There's two approaches. A) Buy the right tools first. That could be very expensive, $600-700 and still wanting more. B) Buy basic inexpensive tools and replace them in the coming years as you earn more money and decide what types of tools are important to you and which brands you want to invest in.


----------



## FrunkSlammer (Aug 31, 2013)

I'd recommend buying good tools first, but only get the bare essentials. I think $300-400 you could get a decent tool set. Brand new apprentice doesn't need much.


----------



## 1990hondacivic (Sep 16, 2013)

I would prefer to buy tools once 
I understand that tools are expensive but I would like the proper tools to do the job


----------



## 1990hondacivic (Sep 16, 2013)

I don't like to borrow tools 
I like to have my own 
if I have my own tools I fell like I am worth more to my employer 
not like some guys who run around looking for tools


----------



## FrunkSlammer (Aug 31, 2013)

Linesman pliers, diagonal side cutting pliers (*****), wire strippers, needle nose pliers, tin snips, a small level, hammer, drywall saw, channel locks (tongue and groove), a knife, a measuring tape, pencil and/or sharpie marker and a good tool belt system to hold all this crap on your hip for 8 hours.

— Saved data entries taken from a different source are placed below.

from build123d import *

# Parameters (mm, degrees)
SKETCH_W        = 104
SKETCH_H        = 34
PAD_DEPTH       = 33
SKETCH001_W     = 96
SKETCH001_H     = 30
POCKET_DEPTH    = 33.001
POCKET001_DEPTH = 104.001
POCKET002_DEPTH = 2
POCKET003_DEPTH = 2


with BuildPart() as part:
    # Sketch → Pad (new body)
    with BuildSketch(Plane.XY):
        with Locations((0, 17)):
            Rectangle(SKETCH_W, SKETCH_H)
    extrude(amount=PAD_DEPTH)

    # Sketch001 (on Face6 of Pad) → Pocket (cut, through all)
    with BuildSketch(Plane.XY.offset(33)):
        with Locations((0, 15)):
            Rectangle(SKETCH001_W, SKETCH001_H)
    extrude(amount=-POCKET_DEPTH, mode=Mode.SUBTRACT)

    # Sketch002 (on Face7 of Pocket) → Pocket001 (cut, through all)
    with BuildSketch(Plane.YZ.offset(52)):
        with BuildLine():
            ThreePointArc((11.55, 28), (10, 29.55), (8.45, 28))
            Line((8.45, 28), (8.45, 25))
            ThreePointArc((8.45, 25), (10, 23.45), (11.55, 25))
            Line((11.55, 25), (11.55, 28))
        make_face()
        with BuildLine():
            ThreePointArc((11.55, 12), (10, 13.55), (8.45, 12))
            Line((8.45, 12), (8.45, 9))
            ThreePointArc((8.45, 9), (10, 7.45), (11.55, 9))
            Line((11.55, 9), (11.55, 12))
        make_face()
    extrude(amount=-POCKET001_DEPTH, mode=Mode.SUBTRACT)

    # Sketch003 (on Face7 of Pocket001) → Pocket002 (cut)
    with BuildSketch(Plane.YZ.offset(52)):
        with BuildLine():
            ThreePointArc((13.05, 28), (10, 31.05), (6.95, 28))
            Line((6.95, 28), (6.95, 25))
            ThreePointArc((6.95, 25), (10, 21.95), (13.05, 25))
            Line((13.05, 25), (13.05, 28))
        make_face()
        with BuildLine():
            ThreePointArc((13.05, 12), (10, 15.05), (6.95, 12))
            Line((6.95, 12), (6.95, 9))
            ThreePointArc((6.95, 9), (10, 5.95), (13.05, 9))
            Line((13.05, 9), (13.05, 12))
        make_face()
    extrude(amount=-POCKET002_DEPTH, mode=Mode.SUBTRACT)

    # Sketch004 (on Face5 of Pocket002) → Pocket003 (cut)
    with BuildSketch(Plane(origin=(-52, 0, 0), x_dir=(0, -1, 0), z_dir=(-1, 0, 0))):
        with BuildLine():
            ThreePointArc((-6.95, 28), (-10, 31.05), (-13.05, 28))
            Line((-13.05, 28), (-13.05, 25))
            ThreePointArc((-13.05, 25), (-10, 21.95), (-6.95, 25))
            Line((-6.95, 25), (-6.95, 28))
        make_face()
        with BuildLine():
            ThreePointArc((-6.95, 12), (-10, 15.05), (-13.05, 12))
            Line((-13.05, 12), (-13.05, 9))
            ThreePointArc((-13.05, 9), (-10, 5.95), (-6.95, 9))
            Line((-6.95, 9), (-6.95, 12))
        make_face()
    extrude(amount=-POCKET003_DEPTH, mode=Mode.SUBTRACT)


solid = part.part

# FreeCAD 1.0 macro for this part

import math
import FreeCAD as App
import Part
import Sketcher

V = App.Vector


def add_polygon(sketch, points):
    """Adds a closed chain of lines whose ends are joined by coincident constraints."""
    first, n = sketch.GeometryCount, len(points)
    for a, b in zip(points, points[1:] + points[:1]):
        sketch.addGeometry(Part.LineSegment(App.Vector(*a, 0), App.Vector(*b, 0)), False)
    for i in range(n):
        sketch.addConstraint(Sketcher.Constraint("Coincident", first + i, 2, first + (i + 1) % n, 1))

doc = App.newDocument("Part")
body = doc.addObject("PartDesign::Body", "Body")

# Sketch on XY plane
sketch1 = body.newObject("Sketcher::SketchObject", "Sketch")
sketch1.AttachmentSupport = (doc.getObject("XY_Plane"), [""])
sketch1.MapMode = "FlatFace"
add_polygon(sketch1, [(-52, 34), (-52, 0), (52, 0), (52, 34)])  # lines 0-3
sketch1.addConstraint([
    Sketcher.Constraint("Vertical", 0),
    Sketcher.Constraint("Horizontal", 1),
    Sketcher.Constraint("Vertical", 2),
    Sketcher.Constraint("Horizontal", 3),
    Sketcher.Constraint("Symmetric", 0, 2, 1, 2, -1, 1),
    Sketcher.Constraint("DistanceX", 1, 1, 1, 2, 104.0),
    Sketcher.Constraint("DistanceY", 0, 2, 0, 1, 34.0),
])
pad1 = body.newObject("PartDesign::Pad", "Pad")
pad1.Profile = sketch1
pad1.Length = 33

# Sketch on XY plane
sketch2 = body.newObject("Sketcher::SketchObject", "Sketch001")
sketch2.AttachmentSupport = (doc.getObject("XY_Plane"), [""])
sketch2.MapMode = "FlatFace"
sketch2.AttachmentOffset = App.Placement(V(0, 0, 33), App.Rotation())
add_polygon(sketch2, [(-48, 30), (-48, 0), (48, 0), (48, 30)])  # lines 0-3
sketch2.addConstraint([
    Sketcher.Constraint("Vertical", 0),
    Sketcher.Constraint("Horizontal", 1),
    Sketcher.Constraint("Vertical", 2),
    Sketcher.Constraint("Horizontal", 3),
    Sketcher.Constraint("Symmetric", 0, 2, 1, 2, -1, 1),
    Sketcher.Constraint("DistanceX", 1, 1, 1, 2, 96.0),
    Sketcher.Constraint("DistanceY", 0, 2, 0, 1, 30.0),
])
pocket1 = body.newObject("PartDesign::Pocket", "Pocket")
pocket1.Profile = sketch2
pocket1.Type = "ThroughAll"

# Sketch on YZ plane
sketch3 = body.newObject("Sketcher::SketchObject", "Sketch002")
sketch3.AttachmentSupport = (doc.getObject("YZ_Plane"), [""])
sketch3.MapMode = "FlatFace"
sketch3.AttachmentOffset = App.Placement(V(0, 0, 52), App.Rotation())
sketch3.addGeometry([
    Part.ArcOfCircle(Part.Circle(V(10, 28, 0), V(0, 0, 1), 1.6), math.radians(0), math.radians(180)),  # 0
    Part.LineSegment(V(8.4, 28, 0), V(8.4, 25, 0)),  # 1
    Part.ArcOfCircle(Part.Circle(V(10, 25, 0), V(0, 0, 1), 1.6), math.radians(180), math.radians(360)),  # 2
    Part.LineSegment(V(11.6, 25, 0), V(11.6, 28, 0)),  # 3
    Part.ArcOfCircle(Part.Circle(V(10, 12, 0), V(0, 0, 1), 1.6), math.radians(0), math.radians(180)),  # 4
    Part.LineSegment(V(8.4, 12, 0), V(8.4, 9, 0)),  # 5
    Part.ArcOfCircle(Part.Circle(V(10, 9, 0), V(0, 0, 1), 1.6), math.radians(180), math.radians(360)),  # 6
    Part.LineSegment(V(11.6, 9, 0), V(11.6, 12, 0)),  # 7
], False)
sketch3.addConstraint([
    Sketcher.Constraint("Tangent", 0, 2, 1, 1),
    Sketcher.Constraint("Tangent", 1, 2, 2, 1),
    Sketcher.Constraint("Tangent", 2, 2, 3, 1),
    Sketcher.Constraint("Tangent", 3, 2, 0, 1),
    Sketcher.Constraint("Tangent", 4, 2, 5, 1),
    Sketcher.Constraint("Tangent", 5, 2, 6, 1),
    Sketcher.Constraint("Tangent", 6, 2, 7, 1),
    Sketcher.Constraint("Tangent", 7, 2, 4, 1),
    Sketcher.Constraint("Vertical", 1),
    Sketcher.Constraint("Vertical", 3),
    Sketcher.Constraint("Vertical", 5),
    Sketcher.Constraint("Vertical", 7),
    Sketcher.Constraint("Equal", 2, 4),
    Sketcher.Constraint("Vertical", 2, 3, 4, 3),
    Sketcher.Constraint("Equal", 3, 5),
    Sketcher.Constraint("DistanceY", 1, 2, 1, 1, 3.0),
    Sketcher.Constraint("Radius", 0, 1.55),
    Sketcher.Constraint("DistanceX", -1, 1, 0, 3, 10.0),
    Sketcher.Constraint("DistanceY", -1, 1, 0, 3, 28.0),
    Sketcher.Constraint("DistanceY", -1, 1, 4, 3, 12.0),
])
pocket2 = body.newObject("PartDesign::Pocket", "Pocket001")
pocket2.Profile = sketch3
pocket2.Type = "ThroughAll"

# Sketch on YZ plane
sketch4 = body.newObject("Sketcher::SketchObject", "Sketch003")
sketch4.AttachmentSupport = (doc.getObject("YZ_Plane"), [""])
sketch4.MapMode = "FlatFace"
sketch4.AttachmentOffset = App.Placement(V(0, 0, 52), App.Rotation())
sketch4.addGeometry([
    Part.ArcOfCircle(Part.Circle(V(10, 28, 0), V(0, 0, 1), 3), math.radians(0), math.radians(180)),  # 0
    Part.LineSegment(V(7, 28, 0), V(7, 25, 0)),  # 1
    Part.ArcOfCircle(Part.Circle(V(10, 25, 0), V(0, 0, 1), 3), math.radians(180), math.radians(360)),  # 2
    Part.LineSegment(V(13.1, 25, 0), V(13.1, 28, 0)),  # 3
    Part.ArcOfCircle(Part.Circle(V(10, 12, 0), V(0, 0, 1), 3), math.radians(0), math.radians(180)),  # 4
    Part.LineSegment(V(7, 12, 0), V(7, 9, 0)),  # 5
    Part.ArcOfCircle(Part.Circle(V(10, 9, 0), V(0, 0, 1), 3), math.radians(180), math.radians(360)),  # 6
    Part.LineSegment(V(13.1, 9, 0), V(13.1, 12, 0)),  # 7
], False)
sketch4.addConstraint([
    Sketcher.Constraint("Tangent", 0, 2, 1, 1),
    Sketcher.Constraint("Tangent", 1, 2, 2, 1),
    Sketcher.Constraint("Tangent", 2, 2, 3, 1),
    Sketcher.Constraint("Tangent", 3, 2, 0, 1),
    Sketcher.Constraint("Tangent", 4, 2, 5, 1),
    Sketcher.Constraint("Tangent", 5, 2, 6, 1),
    Sketcher.Constraint("Tangent", 6, 2, 7, 1),
    Sketcher.Constraint("Tangent", 7, 2, 4, 1),
    Sketcher.Constraint("Vertical", 1),
    Sketcher.Constraint("Vertical", 3),
    Sketcher.Constraint("Vertical", 5),
    Sketcher.Constraint("Vertical", 7),
    Sketcher.Constraint("Equal", 2, 4),
    Sketcher.Constraint("Vertical", 2, 3, 4, 3),
    Sketcher.Constraint("Equal", 3, 5),
    Sketcher.Constraint("DistanceY", 1, 2, 1, 1, 3.0),
    Sketcher.Constraint("Radius", 0, 3.05),
    Sketcher.Constraint("DistanceX", -1, 1, 0, 3, 10.0),
    Sketcher.Constraint("DistanceY", -1, 1, 0, 3, 28.0),
    Sketcher.Constraint("DistanceY", -1, 1, 4, 3, 12.0),
])
pocket3 = body.newObject("PartDesign::Pocket", "Pocket002")
pocket3.Profile = sketch4
pocket3.Length = 2

# Sketch on YZ plane
sketch5 = body.newObject("Sketcher::SketchObject", "Sketch004")
sketch5.AttachmentSupport = (doc.getObject("YZ_Plane"), [""])
sketch5.MapMode = "FlatFace"
sketch5.AttachmentOffset = App.Placement(V(0, 0, -52), App.Rotation())
sketch5.addGeometry([
    Part.ArcOfCircle(Part.Circle(V(10, 28, 0), V(0, 0, 1), 3), math.radians(0), math.radians(180)),  # 0
    Part.LineSegment(V(13.1, 28, 0), V(13.1, 25, 0)),  # 1
    Part.ArcOfCircle(Part.Circle(V(10, 25, 0), V(0, 0, 1), 3), math.radians(180), math.radians(360)),  # 2
    Part.LineSegment(V(7, 25, 0), V(7, 28, 0)),  # 3
    Part.ArcOfCircle(Part.Circle(V(10, 12, 0), V(0, 0, 1), 3), math.radians(0), math.radians(180)),  # 4
    Part.LineSegment(V(13.1, 12, 0), V(13.1, 9, 0)),  # 5
    Part.ArcOfCircle(Part.Circle(V(10, 9, 0), V(0, 0, 1), 3), math.radians(180), math.radians(360)),  # 6
    Part.LineSegment(V(7, 9, 0), V(7, 12, 0)),  # 7
], False)
sketch5.addConstraint([
    Sketcher.Constraint("Tangent", 0, 1, 1, 1),
    Sketcher.Constraint("Tangent", 1, 2, 2, 2),
    Sketcher.Constraint("Tangent", 2, 1, 3, 1),
    Sketcher.Constraint("Tangent", 3, 2, 0, 2),
    Sketcher.Constraint("Tangent", 4, 1, 5, 1),
    Sketcher.Constraint("Tangent", 5, 2, 6, 2),
    Sketcher.Constraint("Tangent", 6, 1, 7, 1),
    Sketcher.Constraint("Tangent", 7, 2, 4, 2),
    Sketcher.Constraint("Vertical", 1),
    Sketcher.Constraint("Vertical", 3),
    Sketcher.Constraint("Vertical", 5),
    Sketcher.Constraint("Vertical", 7),
    Sketcher.Constraint("Equal", 2, 4),
    Sketcher.Constraint("Vertical", 2, 3, 4, 3),
    Sketcher.Constraint("Equal", 3, 5),
    Sketcher.Constraint("DistanceY", 1, 2, 1, 1, 3.0),
    Sketcher.Constraint("Radius", 0, 3.05),
    Sketcher.Constraint("DistanceX", -1, 1, 0, 3, 10.0),
    Sketcher.Constraint("DistanceY", -1, 1, 0, 3, 28.0),
    Sketcher.Constraint("DistanceY", -1, 1, 4, 3, 12.0),
])
pocket4 = body.newObject("PartDesign::Pocket", "Pocket003")
pocket4.Profile = sketch5
pocket4.Length = 2
pocket4.Reversed = True

doc.recompute()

Screw drivers: big ass flat head (slotted) for bashing the hell out of, a fine finishing flat head, #2 phillips, red robertson, green robertson, maybe a stubby multibit screw driver. 

Maybes: Cordless drill (depends on company), a multimeter, flashlight or headlamp.

Pick a brand.. Klein is popular, I really like Ideal.. other guys like Greenlee.. they're all the same. Some tool snobs on here like Wera/Wiha, but start with the typical stuff.


----------



## HackWork (Oct 2, 2009)

The reason I mentioned that is because for $70 you can buy a basic tool set and tool bag that will give you a lot of what you will need just to start you off.

http://www.homedepot.com/p/Commerci...ian-s-Tool-Set-ET07001/202039374#.UjeBaGTtjIs

Each week (or each month) you can upgrade each one of the tools to a top quality model. 

I only say that because I have seen apprentices with brand new pairs of Klein Journeyman pliers because they thought they absolutely needed them, but then they didn't have enough money for coffee and a buttered roll.

Definitely get a tool list from your employer. And don't listen to the Canadian who says that all the brands are the same, that's definitely not true.


----------



## FrunkSlammer (Aug 31, 2013)

HackWork said:


> Definitely get a tool list from your employer. And don't listen to the Canadian who says that all the brands are the same, that's definitely not true.


lmfao, read where the OP is from.










I prefer Ideal tools, some prefer Klein tools, some prefer Green Lee, some prefer Wera, some prefer Wiha and on and on. You're not going to get a definitive answer on which brand is best, not on here.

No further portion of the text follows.